# Is the myth about Das Lied von der Erde true?



## Arent (Mar 27, 2017)

The myth being, that Mahler avoided naming it as his ninth symphony out of neuroticism, and/or deference to Beethoven, calling it a song cycle.

But is it not actually more song cycle than symphony?

Is there any documentary evidence of Mahler's thoughts on the matter?


----------



## Art Rock (Nov 28, 2009)

Arent said:


> The myth being, that Mahler avoided naming it as his ninth symphony out of neuroticism, and/or deference to Beethoven, *calling it a song cycle*.
> 
> But is it not actually more song cycle than symphony?

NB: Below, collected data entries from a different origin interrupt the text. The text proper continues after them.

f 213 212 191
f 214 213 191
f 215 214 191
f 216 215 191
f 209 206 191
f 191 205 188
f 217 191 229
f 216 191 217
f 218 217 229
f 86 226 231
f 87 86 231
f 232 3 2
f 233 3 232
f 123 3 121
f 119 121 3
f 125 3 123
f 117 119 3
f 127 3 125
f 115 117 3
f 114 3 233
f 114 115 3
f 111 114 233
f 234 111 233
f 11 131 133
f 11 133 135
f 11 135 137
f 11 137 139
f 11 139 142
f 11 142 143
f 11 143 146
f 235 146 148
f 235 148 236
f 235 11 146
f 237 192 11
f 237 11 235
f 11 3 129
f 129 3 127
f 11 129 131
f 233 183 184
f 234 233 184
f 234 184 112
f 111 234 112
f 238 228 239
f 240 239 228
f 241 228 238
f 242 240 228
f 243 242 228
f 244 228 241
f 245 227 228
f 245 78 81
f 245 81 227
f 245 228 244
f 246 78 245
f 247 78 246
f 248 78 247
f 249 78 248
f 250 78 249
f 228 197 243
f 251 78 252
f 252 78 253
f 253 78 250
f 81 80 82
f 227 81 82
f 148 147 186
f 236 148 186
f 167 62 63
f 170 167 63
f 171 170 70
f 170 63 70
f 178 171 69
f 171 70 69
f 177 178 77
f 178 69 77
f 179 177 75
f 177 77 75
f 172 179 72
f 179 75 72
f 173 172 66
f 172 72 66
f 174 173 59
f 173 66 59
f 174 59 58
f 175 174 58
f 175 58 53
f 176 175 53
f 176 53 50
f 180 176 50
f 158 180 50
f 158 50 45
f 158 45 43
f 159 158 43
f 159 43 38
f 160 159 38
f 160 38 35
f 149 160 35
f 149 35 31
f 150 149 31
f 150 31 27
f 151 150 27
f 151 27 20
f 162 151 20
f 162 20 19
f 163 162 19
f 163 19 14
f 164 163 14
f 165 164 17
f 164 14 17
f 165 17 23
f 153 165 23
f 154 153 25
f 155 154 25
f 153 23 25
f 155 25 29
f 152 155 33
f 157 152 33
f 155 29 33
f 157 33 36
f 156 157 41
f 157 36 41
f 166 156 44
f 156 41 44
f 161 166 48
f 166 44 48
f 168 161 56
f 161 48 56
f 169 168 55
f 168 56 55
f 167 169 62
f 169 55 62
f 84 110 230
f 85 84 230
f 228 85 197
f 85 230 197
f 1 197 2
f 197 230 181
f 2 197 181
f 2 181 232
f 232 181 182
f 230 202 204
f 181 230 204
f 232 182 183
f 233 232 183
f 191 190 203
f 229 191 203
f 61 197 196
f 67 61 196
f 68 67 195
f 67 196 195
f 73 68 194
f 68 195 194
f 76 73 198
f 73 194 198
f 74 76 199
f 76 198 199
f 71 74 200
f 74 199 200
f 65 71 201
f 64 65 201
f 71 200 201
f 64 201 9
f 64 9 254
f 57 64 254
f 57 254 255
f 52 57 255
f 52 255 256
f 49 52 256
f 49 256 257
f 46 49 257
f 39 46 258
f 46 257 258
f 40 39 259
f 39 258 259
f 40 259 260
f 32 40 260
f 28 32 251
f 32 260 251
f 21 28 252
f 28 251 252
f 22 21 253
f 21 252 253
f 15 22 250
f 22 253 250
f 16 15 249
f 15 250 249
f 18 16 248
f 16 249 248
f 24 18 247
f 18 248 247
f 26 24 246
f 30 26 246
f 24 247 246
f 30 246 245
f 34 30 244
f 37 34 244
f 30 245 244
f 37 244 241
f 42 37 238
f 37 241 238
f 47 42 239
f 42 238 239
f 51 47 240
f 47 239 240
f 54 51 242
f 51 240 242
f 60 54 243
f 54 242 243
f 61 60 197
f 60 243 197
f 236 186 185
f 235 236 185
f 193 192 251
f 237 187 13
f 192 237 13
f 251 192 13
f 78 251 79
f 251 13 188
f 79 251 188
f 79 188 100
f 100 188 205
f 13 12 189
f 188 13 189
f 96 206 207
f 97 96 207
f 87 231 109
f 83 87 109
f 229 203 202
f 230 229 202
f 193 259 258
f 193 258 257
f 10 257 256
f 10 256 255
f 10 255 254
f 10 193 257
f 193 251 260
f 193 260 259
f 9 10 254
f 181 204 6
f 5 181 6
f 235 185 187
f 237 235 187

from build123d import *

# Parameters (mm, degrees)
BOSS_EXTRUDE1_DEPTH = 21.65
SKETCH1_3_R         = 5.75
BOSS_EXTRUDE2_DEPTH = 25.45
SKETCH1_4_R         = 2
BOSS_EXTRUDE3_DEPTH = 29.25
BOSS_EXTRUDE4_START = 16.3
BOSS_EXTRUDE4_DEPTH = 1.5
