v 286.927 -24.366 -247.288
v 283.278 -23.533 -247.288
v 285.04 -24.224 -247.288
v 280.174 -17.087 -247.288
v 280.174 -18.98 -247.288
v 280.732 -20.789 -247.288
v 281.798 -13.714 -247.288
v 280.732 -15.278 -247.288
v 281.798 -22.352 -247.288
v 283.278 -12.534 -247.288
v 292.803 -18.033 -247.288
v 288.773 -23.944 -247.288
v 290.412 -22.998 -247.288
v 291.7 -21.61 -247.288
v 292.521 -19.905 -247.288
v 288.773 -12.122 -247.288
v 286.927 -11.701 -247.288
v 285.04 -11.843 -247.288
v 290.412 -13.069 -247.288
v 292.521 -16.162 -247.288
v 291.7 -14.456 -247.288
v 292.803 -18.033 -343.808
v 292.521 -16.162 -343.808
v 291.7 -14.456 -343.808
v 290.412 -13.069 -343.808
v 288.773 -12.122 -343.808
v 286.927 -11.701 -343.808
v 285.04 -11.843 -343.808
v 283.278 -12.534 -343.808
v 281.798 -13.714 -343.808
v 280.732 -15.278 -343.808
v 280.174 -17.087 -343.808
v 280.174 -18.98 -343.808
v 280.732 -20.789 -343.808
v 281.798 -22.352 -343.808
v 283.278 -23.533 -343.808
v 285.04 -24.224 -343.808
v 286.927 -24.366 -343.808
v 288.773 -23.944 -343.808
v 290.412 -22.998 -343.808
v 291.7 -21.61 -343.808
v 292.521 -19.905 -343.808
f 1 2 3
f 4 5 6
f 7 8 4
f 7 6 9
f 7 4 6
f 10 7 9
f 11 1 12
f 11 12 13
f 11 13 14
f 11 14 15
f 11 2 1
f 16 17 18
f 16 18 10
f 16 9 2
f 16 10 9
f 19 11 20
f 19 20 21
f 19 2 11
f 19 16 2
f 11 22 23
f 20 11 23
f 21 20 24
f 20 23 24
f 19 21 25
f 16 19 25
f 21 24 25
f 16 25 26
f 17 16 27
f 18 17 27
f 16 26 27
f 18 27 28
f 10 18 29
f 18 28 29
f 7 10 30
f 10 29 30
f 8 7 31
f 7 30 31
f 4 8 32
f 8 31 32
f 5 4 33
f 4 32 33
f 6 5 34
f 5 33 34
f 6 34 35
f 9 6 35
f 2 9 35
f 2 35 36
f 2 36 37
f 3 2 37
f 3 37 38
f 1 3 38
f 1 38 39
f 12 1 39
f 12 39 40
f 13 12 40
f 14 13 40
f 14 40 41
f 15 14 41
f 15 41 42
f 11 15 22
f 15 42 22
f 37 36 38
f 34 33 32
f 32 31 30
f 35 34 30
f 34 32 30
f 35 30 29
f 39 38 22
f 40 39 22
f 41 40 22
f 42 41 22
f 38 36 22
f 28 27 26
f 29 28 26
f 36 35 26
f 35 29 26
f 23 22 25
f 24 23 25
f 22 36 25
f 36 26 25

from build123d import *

# Parameters (mm, degrees)
BOSS_EXTRUDE1_OUTLINE_R = 6.35
BOSS_EXTRUDE1_DEPTH     = 96.52


# Read off the part's stored shape, not the designer's step: Boss-Extrude1
with BuildPart() as part:
    # Boss-Extrude1 outline → Boss-Extrude1 (new body)
    with BuildSketch(Plane.XY.offset(-343.808229346)):
        with Locations((286.452894146, -18.033383804)):
            Circle(BOSS_EXTRUDE1_OUTLINE_R)
    extrude(amount=BOSS_EXTRUDE1_DEPTH)


solid = part.part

He actually called it a symphony, but did not number it. IMO it really is a symphony and not a song cycle - especially in the 6th movement, there is far too much time for the orchestra alone for a song cycle.


----------



## Ulfilas (Mar 5, 2020)

I've always considered it a symphony, also Das Klagende Lied (which is seriously underrated in my opinion!)

So I count 11.


----------



## DavidA (Dec 14, 2012)

Does it matter? It stands as it is - a song cycle.


----------



## Ulfilas (Mar 5, 2020)

I guess it's a moot point. It has a scale and unity of intent that to me is symphonic. In the same way as say, Shostakovich 14.


----------



## CnC Bartok (Jun 5, 2017)

Arent said:


> The myth being, that Mahler avoided naming it as his ninth symphony out of neuroticism, and/or deference to Beethoven, calling it a song cycle.
> 
> But is it not actually more song cycle than symphony?
> 
> Is there any documentary evidence of Mahler's thoughts on the matter?


I suspect your best source of documentary evidence will be Alma Mahler's memoirs. Unfortunately, she was remarkably good at painting Gustav as neurotic, particularly in situations where it made her look less of an utter cow. There may be a letter where Mahler indulges the "curse of the Ninth" myth, but I am not sure....

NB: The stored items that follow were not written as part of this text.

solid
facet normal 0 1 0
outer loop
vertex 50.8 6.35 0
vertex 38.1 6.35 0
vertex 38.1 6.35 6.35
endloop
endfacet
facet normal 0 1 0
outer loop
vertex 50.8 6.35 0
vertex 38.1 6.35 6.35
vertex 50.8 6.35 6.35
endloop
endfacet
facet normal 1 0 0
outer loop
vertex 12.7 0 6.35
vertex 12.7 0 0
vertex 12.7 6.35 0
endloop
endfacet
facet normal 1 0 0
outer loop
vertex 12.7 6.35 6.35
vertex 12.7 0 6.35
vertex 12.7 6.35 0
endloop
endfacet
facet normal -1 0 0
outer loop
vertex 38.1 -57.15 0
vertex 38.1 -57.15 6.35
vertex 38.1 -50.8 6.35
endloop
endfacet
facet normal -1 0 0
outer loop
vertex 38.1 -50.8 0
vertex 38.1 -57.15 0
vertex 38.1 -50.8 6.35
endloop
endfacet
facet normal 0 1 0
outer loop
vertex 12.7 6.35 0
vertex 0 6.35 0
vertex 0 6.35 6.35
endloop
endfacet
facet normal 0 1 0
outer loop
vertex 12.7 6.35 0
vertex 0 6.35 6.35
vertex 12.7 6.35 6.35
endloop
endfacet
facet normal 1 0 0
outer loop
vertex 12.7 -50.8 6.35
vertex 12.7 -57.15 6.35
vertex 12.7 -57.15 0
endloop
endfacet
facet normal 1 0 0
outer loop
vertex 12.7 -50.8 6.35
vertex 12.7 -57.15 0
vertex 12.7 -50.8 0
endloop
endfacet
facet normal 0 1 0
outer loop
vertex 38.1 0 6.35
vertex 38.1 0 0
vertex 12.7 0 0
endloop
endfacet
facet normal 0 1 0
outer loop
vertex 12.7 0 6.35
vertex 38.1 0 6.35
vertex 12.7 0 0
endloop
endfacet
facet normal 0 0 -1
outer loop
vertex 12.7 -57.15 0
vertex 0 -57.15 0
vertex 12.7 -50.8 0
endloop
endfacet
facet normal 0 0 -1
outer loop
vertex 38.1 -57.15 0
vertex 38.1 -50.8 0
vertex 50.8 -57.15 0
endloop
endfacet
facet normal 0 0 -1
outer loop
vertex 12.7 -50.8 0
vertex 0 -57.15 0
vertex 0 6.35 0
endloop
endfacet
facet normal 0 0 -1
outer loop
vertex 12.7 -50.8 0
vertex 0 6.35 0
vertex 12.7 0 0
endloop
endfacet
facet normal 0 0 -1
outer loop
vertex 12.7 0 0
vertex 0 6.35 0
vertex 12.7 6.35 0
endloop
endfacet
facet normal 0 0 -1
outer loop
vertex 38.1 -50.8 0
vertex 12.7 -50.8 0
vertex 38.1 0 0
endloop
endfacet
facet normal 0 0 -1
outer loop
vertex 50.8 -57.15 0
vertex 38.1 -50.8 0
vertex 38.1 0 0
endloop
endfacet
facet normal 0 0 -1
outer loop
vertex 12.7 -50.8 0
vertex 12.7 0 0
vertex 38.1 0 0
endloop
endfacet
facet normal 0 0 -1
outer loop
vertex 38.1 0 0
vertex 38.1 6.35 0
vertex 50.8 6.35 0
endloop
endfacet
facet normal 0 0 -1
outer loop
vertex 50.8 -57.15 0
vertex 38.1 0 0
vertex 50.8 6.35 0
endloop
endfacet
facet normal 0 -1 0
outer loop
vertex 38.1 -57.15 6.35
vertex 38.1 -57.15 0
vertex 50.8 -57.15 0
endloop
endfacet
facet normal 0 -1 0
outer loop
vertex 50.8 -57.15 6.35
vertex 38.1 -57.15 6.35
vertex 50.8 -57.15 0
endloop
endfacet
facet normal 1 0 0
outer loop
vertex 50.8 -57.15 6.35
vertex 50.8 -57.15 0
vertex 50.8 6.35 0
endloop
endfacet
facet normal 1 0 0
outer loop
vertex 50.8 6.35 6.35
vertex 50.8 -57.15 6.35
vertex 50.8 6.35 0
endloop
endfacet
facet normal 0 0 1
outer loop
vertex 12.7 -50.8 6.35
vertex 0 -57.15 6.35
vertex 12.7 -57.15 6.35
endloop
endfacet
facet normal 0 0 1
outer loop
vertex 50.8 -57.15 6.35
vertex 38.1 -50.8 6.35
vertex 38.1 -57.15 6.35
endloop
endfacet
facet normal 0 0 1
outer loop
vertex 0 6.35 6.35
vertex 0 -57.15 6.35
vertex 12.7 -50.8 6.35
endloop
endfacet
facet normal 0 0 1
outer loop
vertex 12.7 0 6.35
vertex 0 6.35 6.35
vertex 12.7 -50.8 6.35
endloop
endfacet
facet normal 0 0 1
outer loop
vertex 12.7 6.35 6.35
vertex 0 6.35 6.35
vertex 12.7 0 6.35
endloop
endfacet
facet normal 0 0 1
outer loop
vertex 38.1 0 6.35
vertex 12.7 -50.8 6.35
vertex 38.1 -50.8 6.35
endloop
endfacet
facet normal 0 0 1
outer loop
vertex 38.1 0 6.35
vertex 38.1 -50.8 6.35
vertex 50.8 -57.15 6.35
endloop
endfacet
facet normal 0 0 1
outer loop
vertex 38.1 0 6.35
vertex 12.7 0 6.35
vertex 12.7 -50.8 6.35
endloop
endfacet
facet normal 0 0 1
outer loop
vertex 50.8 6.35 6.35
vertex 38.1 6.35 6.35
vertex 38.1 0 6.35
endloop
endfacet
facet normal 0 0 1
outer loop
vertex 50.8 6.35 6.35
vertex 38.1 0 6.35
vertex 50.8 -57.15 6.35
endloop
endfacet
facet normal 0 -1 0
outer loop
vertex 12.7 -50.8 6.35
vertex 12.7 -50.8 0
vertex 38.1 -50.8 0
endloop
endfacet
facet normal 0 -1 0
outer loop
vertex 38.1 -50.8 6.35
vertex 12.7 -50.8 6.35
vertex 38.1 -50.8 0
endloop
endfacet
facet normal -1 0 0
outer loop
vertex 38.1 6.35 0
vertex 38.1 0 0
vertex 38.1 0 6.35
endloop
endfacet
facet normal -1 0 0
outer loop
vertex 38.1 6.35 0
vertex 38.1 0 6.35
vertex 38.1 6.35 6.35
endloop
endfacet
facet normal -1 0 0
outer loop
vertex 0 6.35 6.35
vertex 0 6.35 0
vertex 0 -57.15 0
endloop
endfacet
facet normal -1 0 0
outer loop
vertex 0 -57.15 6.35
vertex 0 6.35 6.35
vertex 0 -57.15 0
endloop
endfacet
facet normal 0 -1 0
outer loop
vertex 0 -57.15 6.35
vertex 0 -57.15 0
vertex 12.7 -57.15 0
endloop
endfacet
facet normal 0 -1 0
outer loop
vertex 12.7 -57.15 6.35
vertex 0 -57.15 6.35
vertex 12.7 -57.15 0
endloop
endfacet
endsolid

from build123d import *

# Parameters (mm, degrees)
F0_W     = 12.7
F0_H     = 6.35
F1_DEPTH = 6.35


with BuildPart() as f1:
    # F0 (on Top) → F1 (new body)
    with BuildSketch(Plane.XY):
        Polygon((12.7, 0), (0, 0), (0, -50.8), (12.7, -50.8), (38.1, -50.8), (50.8, -50.8), (50.8, 0), (38.1, 0), align=None)
        with Locations((6.35, -53.975)):
            Rectangle(F0_W, F0_H)
        with Locations((44.45, -53.975)):
            Rectangle(F0_W, F0_H)
        with Locations((6.35, 3.175)):
            Rectangle(F0_W, F0_H)
        with Locations((44.45, 3.175)):
            Rectangle(F0_W, F0_H)
    extrude(amount=F1_DEPTH)


solid = f1.part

Also, Schoenberg, himself a strangely superstitious chap (note that Moses und Aron is 12 letters, not 13!!!) propagated the myth - Schoenberg wrote: "It seems that the Ninth is a limit. He who wants to go beyond it must pass away. It seems as if something might be imparted to us in the Tenth which we ought not yet to know, for which we are not ready. Those who have written a Ninth stood too close to the hereafter."


----------



## Becca (Feb 5, 2015)

You can't have it both ways ... If it's a myth ("a widely held but false belief or idea") then it's not true. If it's true then it's not a myth.


----------



## Barbebleu (May 17, 2015)

Very mythteriouth! xxxxxxxxxxx


----------



## RICK RIEKERT (Oct 9, 2017)

In her memoirs, Alma Mahler explains that her husband affixed the label "symphony" to Das Lied von der Erde as a subtitle because ". . . in his dread, he wished to dodge a Ninth Symphony, as neither Beethoven nor Bruckner had reached a Tenth. At first he wrote _Das Lied von der Erde_ as the Ninth, but crossed the number out. When he was later writing his next symphony, which he called the Ninth, he said to me: 'Of course, it's actually the Tenth, because Das Lied von der Erde was really the Ninth.' Finally, when he was composing the Tenth, he said, 'Now the danger is past'. . . ."


----------



## Mandryka (Feb 22, 2013)

What’s a symphony?


----------



## Bulldog (Nov 21, 2013)

DavidA said:


> Does it matter? It stands as it is - a song cycle.


Or it stands as a symphony, or both. It's not a big deal; the music's the same whatever you call it. Personally, I'll go with both.


----------



## Bulldog (Nov 21, 2013)

Mandryka said:


> What's a symphony?


Feel free to do a little research. I'm busy today. :lol:


----------



## mbhaub (Dec 2, 2016)

It's not a myth - Mahler was superstitious about no. 9. Alma wrote that Mahler couldn't bring himself to use the title symphony "fearing the fate of Beethoven and Bruckner, who had met their deaths after their Ninths." William Ritter who became a close friend of Mahler's wrote "The IXth symphony was now completed in broad outline. It included an ancient Chinese text...This was the work today known as Das Lied von der Erde. Mahler hated that No. IX in a respectful rather than apprehensive, superstitious frame of mind. He would dissimulate his symphony in progress with the title, whereas the next one [what we know now as IX], already sketched, would all of a sudden bear the title of No. X. It would be as if the feared No. IX had been evaded." As Alma wrote, "he thought he had outwitted our Lord."

Symphony or Song Cycle? By Mahler standards it's a symphony. Or use what Henry-Louis de La Grange does: Song-Symphony.


----------



## Art Rock (Nov 28, 2009)

mbhaub said:


> It's not a myth - Mahler was superstitious about no. 9. Alma wrote that Mahler couldn't bring himself to use the title symphony...


Except that he did. In his own handwriting:


----------



## Arent (Mar 27, 2017)

Mandryka said:


> What's a symphony?


Not going there 
The essence of my query was, if not for the "superstition of the Ninth", would Mahler have cheerfully labeled it as his Ninth?

The point is moot, but I have learned in this thread that he did in fact label it as a symphony. That certainly differentiates it from his orchestral song cycles proper.


----------